Data for analysis:
┄┄┄┄┄┄┄┄┄┄
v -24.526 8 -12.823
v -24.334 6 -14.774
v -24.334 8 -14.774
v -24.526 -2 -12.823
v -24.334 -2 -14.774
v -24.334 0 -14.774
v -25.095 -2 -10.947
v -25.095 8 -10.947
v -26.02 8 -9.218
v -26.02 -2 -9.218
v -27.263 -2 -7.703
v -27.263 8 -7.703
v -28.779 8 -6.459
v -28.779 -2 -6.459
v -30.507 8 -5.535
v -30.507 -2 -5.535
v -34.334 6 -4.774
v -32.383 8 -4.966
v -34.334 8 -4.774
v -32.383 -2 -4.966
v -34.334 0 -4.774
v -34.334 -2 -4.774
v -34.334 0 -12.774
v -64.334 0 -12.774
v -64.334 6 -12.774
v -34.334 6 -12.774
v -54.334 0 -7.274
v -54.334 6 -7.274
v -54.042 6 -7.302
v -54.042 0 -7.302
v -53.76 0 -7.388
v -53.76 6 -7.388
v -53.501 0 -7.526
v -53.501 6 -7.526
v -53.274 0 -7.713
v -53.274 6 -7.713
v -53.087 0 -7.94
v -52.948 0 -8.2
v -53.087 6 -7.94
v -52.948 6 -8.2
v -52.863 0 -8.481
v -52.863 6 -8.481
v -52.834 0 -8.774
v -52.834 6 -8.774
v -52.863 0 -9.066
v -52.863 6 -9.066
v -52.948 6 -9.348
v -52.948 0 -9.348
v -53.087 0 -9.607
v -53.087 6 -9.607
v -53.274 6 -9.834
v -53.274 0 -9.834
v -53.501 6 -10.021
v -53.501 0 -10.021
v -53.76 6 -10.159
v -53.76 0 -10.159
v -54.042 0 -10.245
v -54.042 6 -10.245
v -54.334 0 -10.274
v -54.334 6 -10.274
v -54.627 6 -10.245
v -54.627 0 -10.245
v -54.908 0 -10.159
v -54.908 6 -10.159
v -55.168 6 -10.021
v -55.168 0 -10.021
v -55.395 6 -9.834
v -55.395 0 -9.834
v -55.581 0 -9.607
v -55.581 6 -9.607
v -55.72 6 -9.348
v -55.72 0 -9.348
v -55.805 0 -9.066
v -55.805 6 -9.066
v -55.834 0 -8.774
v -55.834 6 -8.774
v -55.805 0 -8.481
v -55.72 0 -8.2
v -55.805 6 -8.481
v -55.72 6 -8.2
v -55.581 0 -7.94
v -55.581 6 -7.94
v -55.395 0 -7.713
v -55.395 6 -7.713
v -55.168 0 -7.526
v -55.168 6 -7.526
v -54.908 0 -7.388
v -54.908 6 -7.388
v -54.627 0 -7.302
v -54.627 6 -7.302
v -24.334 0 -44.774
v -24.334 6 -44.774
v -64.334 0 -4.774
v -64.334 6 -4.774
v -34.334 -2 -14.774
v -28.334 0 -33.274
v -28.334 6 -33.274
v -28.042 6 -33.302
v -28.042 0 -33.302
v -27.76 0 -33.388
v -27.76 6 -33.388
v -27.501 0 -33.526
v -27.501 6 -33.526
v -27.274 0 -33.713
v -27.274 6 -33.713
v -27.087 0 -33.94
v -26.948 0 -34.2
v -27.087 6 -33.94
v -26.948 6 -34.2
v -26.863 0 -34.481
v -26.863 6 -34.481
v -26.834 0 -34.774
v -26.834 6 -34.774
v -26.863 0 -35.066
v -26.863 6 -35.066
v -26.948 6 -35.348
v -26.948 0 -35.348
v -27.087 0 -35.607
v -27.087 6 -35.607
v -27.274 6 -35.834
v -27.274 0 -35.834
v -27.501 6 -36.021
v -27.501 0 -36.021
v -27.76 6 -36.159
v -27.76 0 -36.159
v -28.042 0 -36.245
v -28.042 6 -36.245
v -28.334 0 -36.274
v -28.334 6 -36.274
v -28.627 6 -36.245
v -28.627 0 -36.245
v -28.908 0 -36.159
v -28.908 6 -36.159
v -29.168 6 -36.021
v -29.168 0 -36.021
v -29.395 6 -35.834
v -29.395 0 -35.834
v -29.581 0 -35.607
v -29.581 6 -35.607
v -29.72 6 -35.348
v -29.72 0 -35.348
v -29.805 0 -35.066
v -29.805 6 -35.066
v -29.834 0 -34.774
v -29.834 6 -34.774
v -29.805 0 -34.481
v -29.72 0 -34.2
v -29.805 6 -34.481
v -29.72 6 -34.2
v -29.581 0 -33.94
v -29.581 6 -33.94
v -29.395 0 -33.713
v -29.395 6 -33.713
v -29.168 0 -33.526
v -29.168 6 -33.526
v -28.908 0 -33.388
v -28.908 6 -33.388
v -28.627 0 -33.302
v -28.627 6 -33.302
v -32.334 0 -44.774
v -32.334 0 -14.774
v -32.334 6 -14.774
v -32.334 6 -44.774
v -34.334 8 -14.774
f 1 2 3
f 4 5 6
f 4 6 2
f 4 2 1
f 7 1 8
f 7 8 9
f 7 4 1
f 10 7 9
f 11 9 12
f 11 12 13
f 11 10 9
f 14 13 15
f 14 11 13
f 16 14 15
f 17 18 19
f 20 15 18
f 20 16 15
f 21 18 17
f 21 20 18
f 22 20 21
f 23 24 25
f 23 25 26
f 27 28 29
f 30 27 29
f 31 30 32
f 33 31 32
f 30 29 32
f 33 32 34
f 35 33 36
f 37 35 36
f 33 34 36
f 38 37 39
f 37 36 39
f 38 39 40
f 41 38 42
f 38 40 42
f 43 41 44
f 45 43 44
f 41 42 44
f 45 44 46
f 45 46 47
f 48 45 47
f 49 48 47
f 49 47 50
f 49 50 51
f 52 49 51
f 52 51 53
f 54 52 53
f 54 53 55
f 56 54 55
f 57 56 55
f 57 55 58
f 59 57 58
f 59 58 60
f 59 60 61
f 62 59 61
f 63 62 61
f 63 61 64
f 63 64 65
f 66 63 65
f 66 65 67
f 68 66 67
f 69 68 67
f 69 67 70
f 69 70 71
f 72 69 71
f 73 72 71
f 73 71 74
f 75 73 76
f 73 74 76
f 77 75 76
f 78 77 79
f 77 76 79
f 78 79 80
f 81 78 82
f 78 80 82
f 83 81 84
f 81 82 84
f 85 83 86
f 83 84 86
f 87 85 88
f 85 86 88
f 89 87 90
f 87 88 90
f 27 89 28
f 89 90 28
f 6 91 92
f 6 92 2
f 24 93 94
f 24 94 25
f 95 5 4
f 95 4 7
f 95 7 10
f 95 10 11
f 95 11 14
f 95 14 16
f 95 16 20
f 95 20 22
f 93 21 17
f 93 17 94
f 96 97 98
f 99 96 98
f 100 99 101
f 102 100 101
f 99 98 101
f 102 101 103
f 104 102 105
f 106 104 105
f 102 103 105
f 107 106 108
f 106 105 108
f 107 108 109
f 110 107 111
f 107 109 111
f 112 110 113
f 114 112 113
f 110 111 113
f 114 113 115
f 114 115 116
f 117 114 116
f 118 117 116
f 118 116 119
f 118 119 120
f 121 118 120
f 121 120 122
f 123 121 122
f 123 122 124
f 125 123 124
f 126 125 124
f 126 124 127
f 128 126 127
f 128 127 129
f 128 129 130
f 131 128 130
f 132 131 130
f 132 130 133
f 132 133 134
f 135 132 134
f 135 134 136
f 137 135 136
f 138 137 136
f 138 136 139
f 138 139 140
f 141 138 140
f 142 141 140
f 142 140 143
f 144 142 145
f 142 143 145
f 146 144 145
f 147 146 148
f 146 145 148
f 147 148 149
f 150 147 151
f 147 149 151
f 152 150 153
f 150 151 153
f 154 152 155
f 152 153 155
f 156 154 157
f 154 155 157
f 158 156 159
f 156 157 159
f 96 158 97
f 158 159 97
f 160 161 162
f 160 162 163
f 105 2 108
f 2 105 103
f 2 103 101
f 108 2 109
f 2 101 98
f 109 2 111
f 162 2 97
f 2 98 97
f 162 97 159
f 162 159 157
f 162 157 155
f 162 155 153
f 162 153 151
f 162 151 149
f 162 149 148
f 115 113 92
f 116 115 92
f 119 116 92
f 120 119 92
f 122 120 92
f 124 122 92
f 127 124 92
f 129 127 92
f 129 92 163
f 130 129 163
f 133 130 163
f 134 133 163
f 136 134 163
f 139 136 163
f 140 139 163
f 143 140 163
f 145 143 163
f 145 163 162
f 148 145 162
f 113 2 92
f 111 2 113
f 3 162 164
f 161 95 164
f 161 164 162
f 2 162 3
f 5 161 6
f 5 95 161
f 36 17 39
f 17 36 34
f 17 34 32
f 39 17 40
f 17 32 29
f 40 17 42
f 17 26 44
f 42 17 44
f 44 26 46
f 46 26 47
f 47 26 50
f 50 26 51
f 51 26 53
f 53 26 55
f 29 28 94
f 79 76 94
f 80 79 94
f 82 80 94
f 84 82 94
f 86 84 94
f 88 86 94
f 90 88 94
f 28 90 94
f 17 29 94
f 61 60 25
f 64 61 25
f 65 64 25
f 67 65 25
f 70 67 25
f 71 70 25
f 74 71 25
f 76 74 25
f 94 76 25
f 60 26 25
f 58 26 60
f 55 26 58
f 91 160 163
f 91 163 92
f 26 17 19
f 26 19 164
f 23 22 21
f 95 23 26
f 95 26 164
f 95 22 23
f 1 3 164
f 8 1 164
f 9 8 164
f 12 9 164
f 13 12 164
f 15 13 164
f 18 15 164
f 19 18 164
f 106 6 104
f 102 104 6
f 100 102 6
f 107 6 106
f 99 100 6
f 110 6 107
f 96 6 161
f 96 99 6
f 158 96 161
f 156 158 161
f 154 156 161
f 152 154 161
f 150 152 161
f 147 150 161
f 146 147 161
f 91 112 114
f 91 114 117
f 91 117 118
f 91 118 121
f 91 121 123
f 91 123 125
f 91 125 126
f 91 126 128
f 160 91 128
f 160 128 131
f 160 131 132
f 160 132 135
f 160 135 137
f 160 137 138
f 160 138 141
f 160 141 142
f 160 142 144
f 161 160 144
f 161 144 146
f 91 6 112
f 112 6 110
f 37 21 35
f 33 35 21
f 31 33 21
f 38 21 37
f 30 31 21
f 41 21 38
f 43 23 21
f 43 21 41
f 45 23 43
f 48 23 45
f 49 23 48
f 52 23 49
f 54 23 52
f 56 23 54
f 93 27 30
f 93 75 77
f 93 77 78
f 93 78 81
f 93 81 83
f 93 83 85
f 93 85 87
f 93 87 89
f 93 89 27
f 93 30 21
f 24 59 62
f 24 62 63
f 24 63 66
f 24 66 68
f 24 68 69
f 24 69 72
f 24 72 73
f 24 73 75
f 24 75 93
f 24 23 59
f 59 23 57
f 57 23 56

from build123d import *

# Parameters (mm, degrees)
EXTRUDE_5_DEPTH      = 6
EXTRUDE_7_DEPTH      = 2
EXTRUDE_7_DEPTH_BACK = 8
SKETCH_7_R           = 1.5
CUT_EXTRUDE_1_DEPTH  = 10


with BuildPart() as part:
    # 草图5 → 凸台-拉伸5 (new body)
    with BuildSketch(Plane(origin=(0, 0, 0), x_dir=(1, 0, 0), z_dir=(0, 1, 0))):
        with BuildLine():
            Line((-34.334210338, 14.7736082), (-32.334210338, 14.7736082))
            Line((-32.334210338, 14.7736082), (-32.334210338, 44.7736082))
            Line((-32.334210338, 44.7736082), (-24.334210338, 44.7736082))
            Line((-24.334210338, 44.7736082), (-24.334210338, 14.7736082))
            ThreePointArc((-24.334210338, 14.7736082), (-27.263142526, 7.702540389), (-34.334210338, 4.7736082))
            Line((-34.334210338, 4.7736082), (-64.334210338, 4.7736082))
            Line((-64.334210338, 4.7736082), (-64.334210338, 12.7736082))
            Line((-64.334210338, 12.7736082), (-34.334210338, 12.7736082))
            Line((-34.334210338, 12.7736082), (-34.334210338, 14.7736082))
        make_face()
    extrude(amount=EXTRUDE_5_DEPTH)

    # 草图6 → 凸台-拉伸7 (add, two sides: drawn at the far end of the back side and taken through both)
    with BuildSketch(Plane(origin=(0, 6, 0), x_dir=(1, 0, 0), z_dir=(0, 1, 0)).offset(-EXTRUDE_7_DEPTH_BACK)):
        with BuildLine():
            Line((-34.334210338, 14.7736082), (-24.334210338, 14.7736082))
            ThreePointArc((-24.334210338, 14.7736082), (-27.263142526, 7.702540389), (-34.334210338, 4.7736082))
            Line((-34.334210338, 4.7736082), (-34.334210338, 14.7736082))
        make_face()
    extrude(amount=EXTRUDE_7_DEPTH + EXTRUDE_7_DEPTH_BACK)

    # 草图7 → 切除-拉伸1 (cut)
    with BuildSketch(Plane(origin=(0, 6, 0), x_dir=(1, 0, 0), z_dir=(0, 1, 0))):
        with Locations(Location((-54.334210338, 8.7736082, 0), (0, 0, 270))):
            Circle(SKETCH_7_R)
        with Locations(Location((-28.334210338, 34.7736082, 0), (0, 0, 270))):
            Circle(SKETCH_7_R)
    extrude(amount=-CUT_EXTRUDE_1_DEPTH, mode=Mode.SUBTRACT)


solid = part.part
┄┄┄┄┄┄┄┄┄┄
Of all the entries above, output exactly the lines between the one holding "f 110 111 113" and the one holding "f 132 133 134", inclusive.

Answer space:
f 110 111 113
f 114 113 115
f 114 115 116
f 117 114 116
f 118 117 116
f 118 116 119
f 118 119 120
f 121 118 120
f 121 120 122
f 123 121 122
f 123 122 124
f 125 123 124
f 126 125 124
f 126 124 127
f 128 126 127
f 128 127 129
f 128 129 130
f 131 128 130
f 132 131 130
f 132 130 133
f 132 133 134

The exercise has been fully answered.